C’est un acte de foi que François demande à ses ouailles.

Il faut croire au troisième lien, sans avoir de preuve. Il faut voter pour cet engagement phare de la Coalition avenir Québec (CAQ), même si le premier ministre a convenu, la fin de semaine dernière, qu’il ne reposait sur aucune étude.

Pardon ?

On ne peut pas embarquer à l’aveuglette dans un projet de tunnel qui va coûter aux Québécois 6,5 milliards de dollars… au bas mot. Car comment peut-on se fier à cette évaluation de la CAQ s’il n’y a pas la moindre étude derrière ?

Nous sommes conscients des enjeux de mobilité de la région de Québec. Mais ce n’est pas une raison pour mettre la charrue devant les bœufs, comme le fait la CAQ en ce moment.

Le gouvernement brûle toutes les étapes prévues dans la Directive sur la gestion des projets majeurs d’infrastructure publique. Des étapes essentielles pour s’assurer que la province fasse les meilleurs choix et assure une gestion rigoureuse de l’argent des contribuables.

Pour faire un avant-projet digne de ce nom, selon cette directive, il faudrait commencer par analyser les besoins de la population de la région de la Capitale, en se fondant « sur des données factuelles et vérifiables ». Quel sera l’achalandage au cours des prochaines décennies ? Est-ce que le télétravail va changer la donne ? Pour l’instant, on reste dans les limbes.

Ensuite, il faudrait s’assurer que le projet cadre avec les autres « priorités gouvernementales ». Par exemple, comment le troisième lien va-t-il s’intégrer avec la stratégie de lutte contre le réchauffement climatique du Québec ? Mais à cette question, Bernard Drainville, le candidat caquiste dans la circonscription de Lévis, répond sans détour : « Lâchez-moi avec les GES ».

Ce n’est pas sérieux.

Enfin, toujours selon la même directive, il faudrait démontrer que « toutes les solutions, quelle que soit leur nature, ont été évaluées » pour répondre aux besoins ciblés.
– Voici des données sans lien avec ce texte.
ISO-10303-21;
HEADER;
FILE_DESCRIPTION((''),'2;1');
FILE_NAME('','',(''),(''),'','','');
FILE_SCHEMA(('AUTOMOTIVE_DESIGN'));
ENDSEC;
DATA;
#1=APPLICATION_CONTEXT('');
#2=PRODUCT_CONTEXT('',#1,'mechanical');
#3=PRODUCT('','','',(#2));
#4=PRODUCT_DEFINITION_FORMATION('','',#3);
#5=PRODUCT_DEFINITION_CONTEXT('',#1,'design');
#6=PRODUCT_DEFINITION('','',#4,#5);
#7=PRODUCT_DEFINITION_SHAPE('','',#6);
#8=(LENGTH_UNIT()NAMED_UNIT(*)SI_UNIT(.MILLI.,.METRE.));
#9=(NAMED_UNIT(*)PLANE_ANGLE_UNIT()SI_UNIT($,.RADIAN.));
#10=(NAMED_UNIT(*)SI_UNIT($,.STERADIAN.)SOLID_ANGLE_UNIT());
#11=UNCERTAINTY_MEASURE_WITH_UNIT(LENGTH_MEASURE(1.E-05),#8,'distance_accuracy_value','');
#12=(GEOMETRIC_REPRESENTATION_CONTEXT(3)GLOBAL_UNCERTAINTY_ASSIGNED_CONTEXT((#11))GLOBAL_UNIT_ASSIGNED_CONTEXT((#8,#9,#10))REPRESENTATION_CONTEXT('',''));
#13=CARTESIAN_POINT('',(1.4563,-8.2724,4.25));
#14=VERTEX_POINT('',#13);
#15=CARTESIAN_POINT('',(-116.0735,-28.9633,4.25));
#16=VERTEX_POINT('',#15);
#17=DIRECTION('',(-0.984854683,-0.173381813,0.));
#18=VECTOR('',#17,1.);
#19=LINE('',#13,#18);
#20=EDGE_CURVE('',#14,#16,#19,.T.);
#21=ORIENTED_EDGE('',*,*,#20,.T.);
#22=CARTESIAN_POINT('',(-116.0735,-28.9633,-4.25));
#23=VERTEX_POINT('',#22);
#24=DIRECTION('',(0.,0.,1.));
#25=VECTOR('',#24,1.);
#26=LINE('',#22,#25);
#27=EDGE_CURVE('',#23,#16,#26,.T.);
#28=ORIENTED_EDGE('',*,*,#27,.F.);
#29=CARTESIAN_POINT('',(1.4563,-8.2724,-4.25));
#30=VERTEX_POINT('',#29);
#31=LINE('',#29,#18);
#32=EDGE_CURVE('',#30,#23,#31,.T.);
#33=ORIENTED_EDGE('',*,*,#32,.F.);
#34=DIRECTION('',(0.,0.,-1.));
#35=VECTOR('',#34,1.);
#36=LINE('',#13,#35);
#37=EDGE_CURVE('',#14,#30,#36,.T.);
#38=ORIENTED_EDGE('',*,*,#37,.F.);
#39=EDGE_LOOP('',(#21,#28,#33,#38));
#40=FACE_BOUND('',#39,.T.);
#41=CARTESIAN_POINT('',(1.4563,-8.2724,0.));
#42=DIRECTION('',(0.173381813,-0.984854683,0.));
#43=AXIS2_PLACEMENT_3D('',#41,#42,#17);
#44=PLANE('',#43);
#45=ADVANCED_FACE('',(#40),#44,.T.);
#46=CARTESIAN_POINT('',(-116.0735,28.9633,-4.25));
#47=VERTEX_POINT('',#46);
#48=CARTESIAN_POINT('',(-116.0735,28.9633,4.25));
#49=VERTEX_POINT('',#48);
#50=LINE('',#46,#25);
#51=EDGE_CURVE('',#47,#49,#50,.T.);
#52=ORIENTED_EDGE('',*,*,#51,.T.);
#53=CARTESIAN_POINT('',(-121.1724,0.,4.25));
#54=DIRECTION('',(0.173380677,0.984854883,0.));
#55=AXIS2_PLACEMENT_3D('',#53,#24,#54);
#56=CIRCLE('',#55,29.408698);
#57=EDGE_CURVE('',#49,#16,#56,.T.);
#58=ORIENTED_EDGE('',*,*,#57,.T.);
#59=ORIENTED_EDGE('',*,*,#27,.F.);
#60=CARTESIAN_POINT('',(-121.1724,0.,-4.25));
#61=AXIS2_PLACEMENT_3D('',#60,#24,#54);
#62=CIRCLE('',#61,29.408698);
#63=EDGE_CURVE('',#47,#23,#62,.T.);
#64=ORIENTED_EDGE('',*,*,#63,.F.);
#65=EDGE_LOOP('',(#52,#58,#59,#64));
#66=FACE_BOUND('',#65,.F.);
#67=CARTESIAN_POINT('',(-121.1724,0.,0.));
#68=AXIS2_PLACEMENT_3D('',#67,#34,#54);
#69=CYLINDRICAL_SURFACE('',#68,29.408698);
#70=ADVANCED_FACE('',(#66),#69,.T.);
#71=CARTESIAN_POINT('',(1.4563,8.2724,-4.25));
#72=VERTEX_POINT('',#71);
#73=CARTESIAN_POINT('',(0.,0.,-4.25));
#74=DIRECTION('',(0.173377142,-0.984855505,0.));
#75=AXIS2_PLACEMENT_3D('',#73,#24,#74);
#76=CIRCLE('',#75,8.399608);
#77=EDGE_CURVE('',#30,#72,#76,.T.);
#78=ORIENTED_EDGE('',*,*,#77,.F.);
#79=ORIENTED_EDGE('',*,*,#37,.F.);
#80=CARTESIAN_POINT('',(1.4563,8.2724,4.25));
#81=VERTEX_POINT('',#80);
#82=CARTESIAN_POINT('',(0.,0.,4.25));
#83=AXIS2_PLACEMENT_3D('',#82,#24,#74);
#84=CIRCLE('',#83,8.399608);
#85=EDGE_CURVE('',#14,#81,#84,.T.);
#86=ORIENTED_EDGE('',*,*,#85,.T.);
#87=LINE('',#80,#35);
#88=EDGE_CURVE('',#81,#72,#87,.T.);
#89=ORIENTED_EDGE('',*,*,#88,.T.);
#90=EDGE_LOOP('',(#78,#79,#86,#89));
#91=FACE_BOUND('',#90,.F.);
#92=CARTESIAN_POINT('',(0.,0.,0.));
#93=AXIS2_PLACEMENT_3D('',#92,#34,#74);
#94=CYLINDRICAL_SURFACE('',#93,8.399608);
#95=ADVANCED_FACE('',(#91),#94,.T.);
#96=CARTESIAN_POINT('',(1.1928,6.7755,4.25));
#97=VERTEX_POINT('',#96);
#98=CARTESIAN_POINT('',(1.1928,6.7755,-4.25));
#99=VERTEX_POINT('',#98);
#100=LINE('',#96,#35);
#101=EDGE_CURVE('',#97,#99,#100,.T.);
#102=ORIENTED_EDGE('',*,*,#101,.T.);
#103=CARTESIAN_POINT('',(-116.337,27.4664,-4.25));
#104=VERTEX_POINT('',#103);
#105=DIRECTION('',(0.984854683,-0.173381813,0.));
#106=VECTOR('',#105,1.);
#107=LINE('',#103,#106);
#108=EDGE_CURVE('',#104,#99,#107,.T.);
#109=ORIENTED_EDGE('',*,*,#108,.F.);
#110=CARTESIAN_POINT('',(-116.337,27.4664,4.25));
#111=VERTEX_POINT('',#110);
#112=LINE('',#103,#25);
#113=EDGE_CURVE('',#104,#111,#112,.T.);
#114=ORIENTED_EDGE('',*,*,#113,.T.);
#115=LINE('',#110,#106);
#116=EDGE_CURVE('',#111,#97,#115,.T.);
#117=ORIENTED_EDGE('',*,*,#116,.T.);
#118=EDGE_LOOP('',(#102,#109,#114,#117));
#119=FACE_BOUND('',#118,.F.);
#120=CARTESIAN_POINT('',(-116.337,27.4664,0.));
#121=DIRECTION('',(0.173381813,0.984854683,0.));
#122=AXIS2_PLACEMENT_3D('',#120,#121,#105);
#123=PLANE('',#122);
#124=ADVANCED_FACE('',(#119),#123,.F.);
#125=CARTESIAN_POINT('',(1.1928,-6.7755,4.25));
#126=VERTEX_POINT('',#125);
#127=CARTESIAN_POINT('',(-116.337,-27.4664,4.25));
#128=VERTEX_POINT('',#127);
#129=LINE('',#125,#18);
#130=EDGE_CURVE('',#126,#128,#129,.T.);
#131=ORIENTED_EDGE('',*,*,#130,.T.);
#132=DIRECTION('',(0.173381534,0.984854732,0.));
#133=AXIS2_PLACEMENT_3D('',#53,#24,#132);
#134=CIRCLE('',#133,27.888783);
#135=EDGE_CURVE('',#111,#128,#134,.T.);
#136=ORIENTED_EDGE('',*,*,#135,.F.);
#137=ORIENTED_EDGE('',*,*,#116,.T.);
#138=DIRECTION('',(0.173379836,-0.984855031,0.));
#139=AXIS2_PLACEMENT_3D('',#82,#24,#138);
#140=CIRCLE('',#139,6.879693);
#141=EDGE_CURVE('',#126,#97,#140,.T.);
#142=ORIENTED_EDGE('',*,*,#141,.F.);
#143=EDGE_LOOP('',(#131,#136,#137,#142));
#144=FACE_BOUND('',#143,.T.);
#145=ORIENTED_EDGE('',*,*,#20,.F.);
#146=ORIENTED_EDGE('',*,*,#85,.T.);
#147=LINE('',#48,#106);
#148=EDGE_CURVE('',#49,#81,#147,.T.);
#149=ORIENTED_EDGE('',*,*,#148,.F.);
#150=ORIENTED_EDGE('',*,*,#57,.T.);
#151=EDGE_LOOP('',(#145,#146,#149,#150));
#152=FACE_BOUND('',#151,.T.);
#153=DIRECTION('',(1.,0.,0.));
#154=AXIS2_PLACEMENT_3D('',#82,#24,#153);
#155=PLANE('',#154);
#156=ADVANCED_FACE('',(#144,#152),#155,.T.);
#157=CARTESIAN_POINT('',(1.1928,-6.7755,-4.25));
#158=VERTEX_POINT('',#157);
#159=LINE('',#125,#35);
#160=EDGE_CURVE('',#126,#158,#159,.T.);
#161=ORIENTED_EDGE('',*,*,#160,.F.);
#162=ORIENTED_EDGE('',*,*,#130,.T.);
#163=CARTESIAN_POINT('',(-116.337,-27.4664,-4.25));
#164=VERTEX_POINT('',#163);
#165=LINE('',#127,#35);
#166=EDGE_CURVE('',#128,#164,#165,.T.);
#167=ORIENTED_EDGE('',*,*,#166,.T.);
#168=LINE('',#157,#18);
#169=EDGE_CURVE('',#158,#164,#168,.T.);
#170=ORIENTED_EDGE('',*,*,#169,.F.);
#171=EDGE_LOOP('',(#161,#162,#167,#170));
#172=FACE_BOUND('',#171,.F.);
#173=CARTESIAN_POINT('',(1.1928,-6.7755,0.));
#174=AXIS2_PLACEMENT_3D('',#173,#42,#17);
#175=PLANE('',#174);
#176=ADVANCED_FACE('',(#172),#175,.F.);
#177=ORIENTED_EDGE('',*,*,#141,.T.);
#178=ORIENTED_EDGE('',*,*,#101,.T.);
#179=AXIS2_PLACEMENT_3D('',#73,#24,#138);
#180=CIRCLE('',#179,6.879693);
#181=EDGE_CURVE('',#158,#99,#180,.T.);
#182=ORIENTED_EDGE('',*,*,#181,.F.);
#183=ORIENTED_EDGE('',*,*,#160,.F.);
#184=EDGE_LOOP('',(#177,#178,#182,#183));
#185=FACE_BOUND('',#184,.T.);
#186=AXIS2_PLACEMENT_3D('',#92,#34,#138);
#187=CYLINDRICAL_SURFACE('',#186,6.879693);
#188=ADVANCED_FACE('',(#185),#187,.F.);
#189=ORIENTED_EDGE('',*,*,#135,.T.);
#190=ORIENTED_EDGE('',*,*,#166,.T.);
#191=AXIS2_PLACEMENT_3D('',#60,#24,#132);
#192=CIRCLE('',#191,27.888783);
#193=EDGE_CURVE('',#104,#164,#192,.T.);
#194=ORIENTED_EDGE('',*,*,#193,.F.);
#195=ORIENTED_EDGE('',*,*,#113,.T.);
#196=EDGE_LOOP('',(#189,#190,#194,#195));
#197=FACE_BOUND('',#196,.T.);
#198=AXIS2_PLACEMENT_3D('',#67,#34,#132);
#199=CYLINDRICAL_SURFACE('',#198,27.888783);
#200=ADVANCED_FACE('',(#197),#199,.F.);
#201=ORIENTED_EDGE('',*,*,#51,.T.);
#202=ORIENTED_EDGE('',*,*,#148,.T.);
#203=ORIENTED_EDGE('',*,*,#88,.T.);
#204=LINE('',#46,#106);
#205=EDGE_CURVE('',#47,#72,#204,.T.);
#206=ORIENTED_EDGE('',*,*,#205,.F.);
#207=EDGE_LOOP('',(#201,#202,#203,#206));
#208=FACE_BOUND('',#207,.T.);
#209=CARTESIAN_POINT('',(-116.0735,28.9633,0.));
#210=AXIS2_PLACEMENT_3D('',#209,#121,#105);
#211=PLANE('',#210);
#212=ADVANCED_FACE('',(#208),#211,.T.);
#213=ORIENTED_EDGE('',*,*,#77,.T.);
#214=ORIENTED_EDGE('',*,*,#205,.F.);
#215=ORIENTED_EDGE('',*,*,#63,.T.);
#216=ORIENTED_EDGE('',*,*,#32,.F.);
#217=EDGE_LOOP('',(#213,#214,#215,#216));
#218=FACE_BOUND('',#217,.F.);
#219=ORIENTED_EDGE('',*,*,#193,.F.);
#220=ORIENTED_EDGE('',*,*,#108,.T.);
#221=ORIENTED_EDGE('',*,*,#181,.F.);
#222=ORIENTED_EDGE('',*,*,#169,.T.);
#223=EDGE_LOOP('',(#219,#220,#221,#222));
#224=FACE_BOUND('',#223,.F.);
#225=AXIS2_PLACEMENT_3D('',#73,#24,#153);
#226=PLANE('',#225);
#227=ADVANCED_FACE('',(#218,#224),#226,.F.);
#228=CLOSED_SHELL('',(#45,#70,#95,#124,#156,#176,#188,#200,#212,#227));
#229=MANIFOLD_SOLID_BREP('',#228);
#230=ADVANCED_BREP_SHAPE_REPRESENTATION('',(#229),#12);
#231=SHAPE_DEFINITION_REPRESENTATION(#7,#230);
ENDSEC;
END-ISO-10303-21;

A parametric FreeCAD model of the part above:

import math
import FreeCAD as App
import Part
import Sketcher

V = App.Vector

doc = App.newDocument("Part")
body = doc.addObject("PartDesign::Body", "Body")

# Sketch on XY plane
sketch1 = body.newObject("Sketcher::SketchObject", "Sketch")
sketch1.AttachmentSupport = (doc.getObject("XY_Plane"), [""])
sketch1.MapMode = "FlatFace"
sketch1.addGeometry([
    Part.LineSegment(V(1.4563, 8.2724, 0), V(-116.0735, 28.9633, 0)),  # 0
    Part.ArcOfCircle(Part.Circle(V(-121.1724, 0, 0), V(0, 0, 1), 29.408698), math.radians(80.015563), math.radians(279.984437)),  # 1
    Part.LineSegment(V(-116.0735, -28.9633, 0), V(1.4563, -8.2724, 0)),  # 2
    Part.ArcOfCircle(Part.Circle(V(0, 0, 0), V(0, 0, 1), 8.399608), math.radians(-80.015768), math.radians(80.015768)),  # 3
    Part.ArcOfCircle(Part.Circle(V(-121.1724, 0, 0), V(0, 0, 1), 27.888783), math.radians(80.015513), math.radians(279.984487)),  # 4
    Part.LineSegment(V(-116.337, 27.4664, 0), V(1.1928, 6.7755, 0)),  # 5
    Part.ArcOfCircle(Part.Circle(V(0, 0, 0), V(0, 0, 1), 6.879693), math.radians(-80.015612), math.radians(80.015612)),  # 6
    Part.LineSegment(V(1.1928, -6.7755, 0), V(-116.337, -27.4664, 0)),  # 7
], False)
sketch1.addConstraint([
    Sketcher.Constraint("Tangent", 0, 2, 1, 1),
    Sketcher.Constraint("Tangent", 1, 2, 2, 1),
    Sketcher.Constraint("Tangent", 2, 2, 3, 1),
    Sketcher.Constraint("Tangent", 3, 2, 0, 1),
    Sketcher.Constraint("Tangent", 4, 1, 5, 1),
    Sketcher.Constraint("Tangent", 5, 2, 6, 2),
    Sketcher.Constraint("Tangent", 6, 1, 7, 1),
    Sketcher.Constraint("Tangent", 7, 2, 4, 2),
    Sketcher.Constraint("Coincident", 3, 3, -1, 1),
    Sketcher.Constraint("Coincident", 6, 3, -1, 1),
    Sketcher.Constraint("Coincident", 4, 3, 1, 3),
    Sketcher.Constraint("PointOnObject", 1, 3, -1),
    Sketcher.Constraint("Parallel", 0, 5),
    Sketcher.Constraint("Radius", 1, 29.4087),
    Sketcher.Constraint("Radius", 3, 8.3996),
    Sketcher.Constraint("Radius", 4, 27.8888),
    Sketcher.Constraint("DistanceX", 4, 1, -1, 1, 116.337),
])
pad1 = body.newObject("PartDesign::Pad", "Pad")
pad1.Profile = sketch1
pad1.Length = 8.5
pad1.Midplane = True

doc.recompute()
Par exemple, une navette fluviale de qualité pourrait-elle faire partie de la solution ? Ou encore le recours à la gestion dynamique de la circulation aux heures de pointe sur les ponts actuels ?

Mais pour la CAQ, c’est le troisième lien. Point. Un avant-projet ? Au diable !

À la place, le gouvernement s’est déjà mis à forer au milieu du fleuve pour valider les caractéristiques du sol en vue de la construction du tunnel. Vu des deux rives, ça fait un beau spectacle en pleine campagne électorale !

Bref, la CAQ fait tout à l’envers. Malheureusement, c’est la recette à suivre pour que le projet se termine avec une explosion des coûts.

Tous les ingrédients sont là : annonce prématurée sans estimation préliminaire des coûts, définition incomplète des besoins qui changent en cours de route, études insuffisantes, échéanciers accélérés en phase de planification…

Cette liste d’écueils à éviter est tirée du rapport que deux firmes indépendantes, Secor et KPMG, avaient soumis à Québec, il y a dix ans, pour éviter le dérapage financier des projets d’infrastructures.

Si on ne veut pas retomber dans ces ornières, il faut sortir le troisième lien des dogmes.

Des candidates comme Martine Biron et Caroline St-Hilaire ont fait leur profession de foi en faveur du troisième lien en se lançant en politique pour la CAQ. Elles qui ne s’étaient pas gênées pour critiquer le projet dans les médias chantent maintenant ses louanges en chœur.

Il faut croire qu’elles ont eu l’appel…

Mais de grâce, les électeurs doivent rester les pieds sur terre. Le troisième lien n’est pas une religion. C’est un projet d’infrastructure majeur qui doit reposer sur des études sérieuses et indépendantes, pas sur un engagement partisan repêché des radios poubelles de Québec.